Botulinum Toxin – Botox poisoning can have the adverse effect of spreading to other parts of the body, which could cause muscle weakness, swallowing difficulties, pneumonia, speech disorders and breathing problems. Individuals who are pregnant, have egg allergies or a neuromuscular disorder are advised to avoid Botox.

Cyanide – it can be inhaled, swallowed, or absorbed through the skin. Cyanide is most harmful if you are exposed in an enclosed space, such as a building. Gas may be created as a chemical reaction when a building is on fire. Food grown in soil or water containing cyanide may also contain it. Symptoms may begin sooner and be more severe if you breathe cyanide and include itchy or burning eyes, nausea and vomiting, headache, confusion, and a slowwing heartbeat

Dimethylmercury – This colorless liquid is one of the strongest known neuro-toxins. It is described as having a slightly sweet smell and a mere droplet can raise a person’s blood mercury level to 80 times the toxic threshold. Symptoms to an isolated exposure develop gradually. The victim suffers brief occurrences of abdominal discomfort along with significant weight loss as he or she grows sicker.

Indian Aconite – its roots are among the oldest known poisons in the world, dating back to ancient Chinese and Indian concoctions from the 12th century B.C. Because of this history, it’s been labeled the “Queen Mother of Poisons.” Symptoms develop quickly, usually within 10 to 20 minutes, and include loss of vision, weakness in the limbs, and paralysis. The victim dies of cardiac arrest shortly after.

Methylmercury – a toxin that builds up in fish, shellfish and animals that eat fish. Symptoms include impairment of the peripheral vision, “pins and needles” sensation in the hands, feet, and around the mouth, impairment of speech, hearing, walking, and muscle weakness.

Poison Hemlock – (aka Conium) the ingestion of seemingly small doses of this plant results in ascending muscular paralysis, with eventual paralysis of the respiratory muscles. Death results from the lack of oxygen to the heart and brain. Interestingly enough, death can be prevented by artificial ventilation until the effects have worn off 48–72 hours later.

Polonium– (aka “The Perfect Poison”) a highly radioactive element found in uranium ore. A speck of polonium the size of the dot at the end of this sentence contains about 3,400 times the lethal dose for humans. If ingested, even in the tiniest quantity, it will so badly damage internal organs that they shut down and death is imminent.
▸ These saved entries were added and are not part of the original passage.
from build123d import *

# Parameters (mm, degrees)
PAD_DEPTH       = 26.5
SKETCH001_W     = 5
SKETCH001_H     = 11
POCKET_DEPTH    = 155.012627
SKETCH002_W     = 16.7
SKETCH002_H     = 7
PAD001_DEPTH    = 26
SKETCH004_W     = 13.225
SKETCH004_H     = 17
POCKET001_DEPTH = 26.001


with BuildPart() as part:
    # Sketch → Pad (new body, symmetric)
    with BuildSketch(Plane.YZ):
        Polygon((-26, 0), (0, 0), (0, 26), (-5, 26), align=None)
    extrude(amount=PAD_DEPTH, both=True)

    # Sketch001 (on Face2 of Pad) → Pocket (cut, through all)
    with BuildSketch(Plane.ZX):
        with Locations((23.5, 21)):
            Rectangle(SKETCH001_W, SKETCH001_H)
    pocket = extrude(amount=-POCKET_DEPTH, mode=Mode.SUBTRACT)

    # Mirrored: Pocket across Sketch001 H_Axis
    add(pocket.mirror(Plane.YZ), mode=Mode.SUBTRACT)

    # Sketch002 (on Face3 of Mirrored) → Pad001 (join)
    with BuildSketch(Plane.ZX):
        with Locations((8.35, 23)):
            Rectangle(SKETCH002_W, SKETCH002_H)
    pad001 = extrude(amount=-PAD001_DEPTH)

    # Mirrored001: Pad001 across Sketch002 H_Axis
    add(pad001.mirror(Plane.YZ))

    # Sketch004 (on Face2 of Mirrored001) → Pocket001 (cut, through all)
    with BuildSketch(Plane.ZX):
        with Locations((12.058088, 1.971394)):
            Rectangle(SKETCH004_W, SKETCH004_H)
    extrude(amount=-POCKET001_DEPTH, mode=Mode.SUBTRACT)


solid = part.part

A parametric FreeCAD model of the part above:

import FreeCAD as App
import Part
import Sketcher
Q = App.Units.Quantity

doc = App.newDocument("Part")
body = doc.addObject("PartDesign::Body", "Body")

# Sketch on YZ plane
sketch1 = body.newObject("Sketcher::SketchObject", "Sketch")
sketch1.AttachmentSupport = (doc.getObject("YZ_Plane"), [""])
sketch1.MapMode = "FlatFace"
sketch1.addGeometry(Part.LineSegment(App.Vector(-26, 0, 0), App.Vector(0, 0, 0)), False)
sketch1.addGeometry(Part.LineSegment(App.Vector(0, 0, 0), App.Vector(0, 26, 0)), False)
sketch1.addGeometry(Part.LineSegment(App.Vector(0, 26, 0), App.Vector(-5, 26, 0)), False)
sketch1.addGeometry(Part.LineSegment(App.Vector(-5, 26, 0), App.Vector(-26, 0, 0)), False)
sketch1.addConstraint(Sketcher.Constraint("Coincident", 0, 2, 1, 1))
sketch1.addConstraint(Sketcher.Constraint("Coincident", 1, 2, 2, 1))
sketch1.addConstraint(Sketcher.Constraint("Coincident", 2, 2, 3, 1))
sketch1.addConstraint(Sketcher.Constraint("Coincident", 3, 2, 0, 1))
sketch1.addConstraint(Sketcher.Constraint("Horizontal", 0))
sketch1.addConstraint(Sketcher.Constraint("Vertical", 1))
sketch1.addConstraint(Sketcher.Constraint("Horizontal", 2))
sketch1.addConstraint(Sketcher.Constraint("Coincident", 0, 2, -1, 1))
sketch1.addConstraint(Sketcher.Constraint("Equal", 0, 1))
sketch1.addConstraint(Sketcher.Constraint("DistanceX", 0, 1, 0, 2, Q("26 mm")))
sketch1.addConstraint(Sketcher.Constraint("DistanceX", 2, 2, 2, 1, Q("5 mm")))
pad1 = body.newObject("PartDesign::Pad", "Pad")
pad1.Profile = sketch1
pad1.Length = 53
pad1.Midplane = True

# Sketch on XZ plane
sketch2 = body.newObject("Sketcher::SketchObject", "Sketch001")
sketch2.AttachmentSupport = (doc.getObject("XZ_Plane"), [""])
sketch2.MapMode = "FlatFace"
sketch2.addGeometry(Part.LineSegment(App.Vector(26, 21, 0), App.Vector(16, 21, 0)), False)
sketch2.addGeometry(Part.LineSegment(App.Vector(16, 21, 0), App.Vector(16, 26, 0)), False)
sketch2.addGeometry(Part.LineSegment(App.Vector(16, 26, 0), App.Vector(26, 26, 0)), False)
sketch2.addGeometry(Part.LineSegment(App.Vector(26, 26, 0), App.Vector(26, 21, 0)), False)
sketch2.addConstraint(Sketcher.Constraint("Coincident", 0, 2, 1, 1))
sketch2.addConstraint(Sketcher.Constraint("Coincident", 1, 2, 2, 1))
sketch2.addConstraint(Sketcher.Constraint("Coincident", 2, 2, 3, 1))
sketch2.addConstraint(Sketcher.Constraint("Coincident", 3, 2, 0, 1))
sketch2.addConstraint(Sketcher.Constraint("Horizontal", 0))
sketch2.addConstraint(Sketcher.Constraint("Vertical", 1))
sketch2.addConstraint(Sketcher.Constraint("Horizontal", 2))
sketch2.addConstraint(Sketcher.Constraint("Vertical", 3))
sketch2.addConstraint(Sketcher.Constraint("DistanceX", 0, 2, 0, 1, Q("11 mm")))
sketch2.addConstraint(Sketcher.Constraint("DistanceY", 1, 1, 1, 2, Q("5 mm")))
sketch2.addConstraint(Sketcher.Constraint("DistanceY", -1, 1, 0, 2, Q("21 mm")))
sketch2.addConstraint(Sketcher.Constraint("DistanceX", -1, 1, 0, 2, Q("15.5 mm")))
pocket1 = body.newObject("PartDesign::Pocket", "Pocket")
pocket1.Profile = sketch2
pocket1.Type = "ThroughAll"
pocket1.Reversed = True
doc.recompute()

mirrored = body.newObject("PartDesign::Mirrored", "Mirrored")
mirrored.Originals = [pocket1]
mirrored.MirrorPlane = (doc.getObject("YZ_Plane"), [""])
body.Tip = mirrored

# Sketch on XZ plane
sketch3 = body.newObject("Sketcher::SketchObject", "Sketch002")
sketch3.AttachmentSupport = (doc.getObject("XZ_Plane"), [""])
sketch3.MapMode = "FlatFace"
sketch3.addGeometry(Part.LineSegment(App.Vector(26, 0, 0), App.Vector(20, 0, 0)), False)
sketch3.addGeometry(Part.LineSegment(App.Vector(20, 0, 0), App.Vector(20, 17, 0)), False)
sketch3.addGeometry(Part.LineSegment(App.Vector(20, 17, 0), App.Vector(26, 17, 0)), False)
sketch3.addGeometry(Part.LineSegment(App.Vector(26, 17, 0), App.Vector(26, 0, 0)), False)
sketch3.addConstraint(Sketcher.Constraint("Coincident", 0, 2, 1, 1))
sketch3.addConstraint(Sketcher.Constraint("Coincident", 1, 2, 2, 1))
sketch3.addConstraint(Sketcher.Constraint("Coincident", 2, 2, 3, 1))
sketch3.addConstraint(Sketcher.Constraint("Coincident", 3, 2, 0, 1))
sketch3.addConstraint(Sketcher.Constraint("Horizontal", 0))
sketch3.addConstraint(Sketcher.Constraint("Vertical", 1))
sketch3.addConstraint(Sketcher.Constraint("Horizontal", 2))
sketch3.addConstraint(Sketcher.Constraint("Vertical", 3))
sketch3.addConstraint(Sketcher.Constraint("PointOnObject", 0, 2, -1))
sketch3.addConstraint(Sketcher.Constraint("DistanceX", 0, 2, 0, 1, Q("7 mm")))
sketch3.addConstraint(Sketcher.Constraint("DistanceY", 1, 1, 1, 2, Q("16.7 mm")))
sketch3.addConstraint(Sketcher.Constraint("DistanceX", -1, 1, 0, 2, Q("19.5 mm")))
pad2 = body.newObject("PartDesign::Pad", "Pad001")
pad2.Profile = sketch3
pad2.Length = 26
doc.recompute()

mirrored2 = body.newObject("PartDesign::Mirrored", "Mirrored001")
mirrored2.Originals = [pad2]
mirrored2.MirrorPlane = (doc.getObject("YZ_Plane"), [""])
body.Tip = mirrored2

# Sketch on XZ plane
sketch4 = body.newObject("Sketcher::SketchObject", "Sketch003")
sketch4.AttachmentSupport = (doc.getObject("XZ_Plane"), [""])
sketch4.MapMode = "FlatFace"
sketch4.addGeometry(Part.LineSegment(App.Vector(10, 5, 0), App.Vector(-7, 5, 0)), False)
sketch4.addGeometry(Part.LineSegment(App.Vector(-7, 5, 0), App.Vector(-7, 19, 0)), False)
sketch4.addGeometry(Part.LineSegment(App.Vector(-7, 19, 0), App.Vector(10, 19, 0)), False)
sketch4.addGeometry(Part.LineSegment(App.Vector(10, 19, 0), App.Vector(10, 5, 0)), False)
sketch4.addConstraint(Sketcher.Constraint("Coincident", 0, 2, 1, 1))
sketch4.addConstraint(Sketcher.Constraint("Coincident", 1, 2, 2, 1))
sketch4.addConstraint(Sketcher.Constraint("Coincident", 2, 2, 3, 1))
sketch4.addConstraint(Sketcher.Constraint("Coincident", 3, 2, 0, 1))
sketch4.addConstraint(Sketcher.Constraint("Horizontal", 0))
sketch4.addConstraint(Sketcher.Constraint("Vertical", 1))
sketch4.addConstraint(Sketcher.Constraint("Horizontal", 2))
sketch4.addConstraint(Sketcher.Constraint("Vertical", 3))
sketch4.addConstraint(Sketcher.Constraint("DistanceX", 0, 2, 0, 1, Q("17 mm")))
sketch4.addConstraint(Sketcher.Constraint("DistanceY", 1, 1, 1, 2, Q("13.225 mm")))
sketch4.addConstraint(Sketcher.Constraint("DistanceX", 0, 2, -1, 1, Q("6.528606 mm")))
sketch4.addConstraint(Sketcher.Constraint("DistanceY", -1, 1, 0, 2, Q("5.445588 mm")))
pocket2 = body.newObject("PartDesign::Pocket", "Pocket001")
pocket2.Profile = sketch4
pocket2.Type = "ThroughAll"
pocket2.Reversed = True

doc.recompute()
This is not just an immensely powerful, efficient and fast acting poison, its presence in the body is also very hard for doctors to identify.

Strychnine – an odorless, colorless crystalline powder can be inhaled, swallowed or absorbed through eyes or mouth. It produces some of the most dramatic and painful symptoms of any known toxic reaction: The victim experiences facial muscle spasms, where the eyebrows elevate, and the mouth sets in an open, sustained grin. In the throws of death, a severe contraction of the paraspinal muscles cause an arching posture of the neck and back.

Tetrodotoxin – an extremely potent poison found mainly in puffer fish, globefish, and toadfish, and in some amphibians, octopus, and shellfish species. Symptoms include a prickling and tingling sensation of the lips and tongue, followed by facial and extremity numbness. The victim will feel sensations of lightness or floating as paralysis sets in, first in the extremities, then in the rest of the body, and finally in the respiratory muscles. Death occurs within the first 4 to 8 hours.

Thallium – a soft, malleable gray metal that will forever be associated with rat poison. It’s particularly dangerous because, in addition to being highly soluble in water and being tasteless if ingested, it is easily and simply absorbed through the skin with the slightest contact.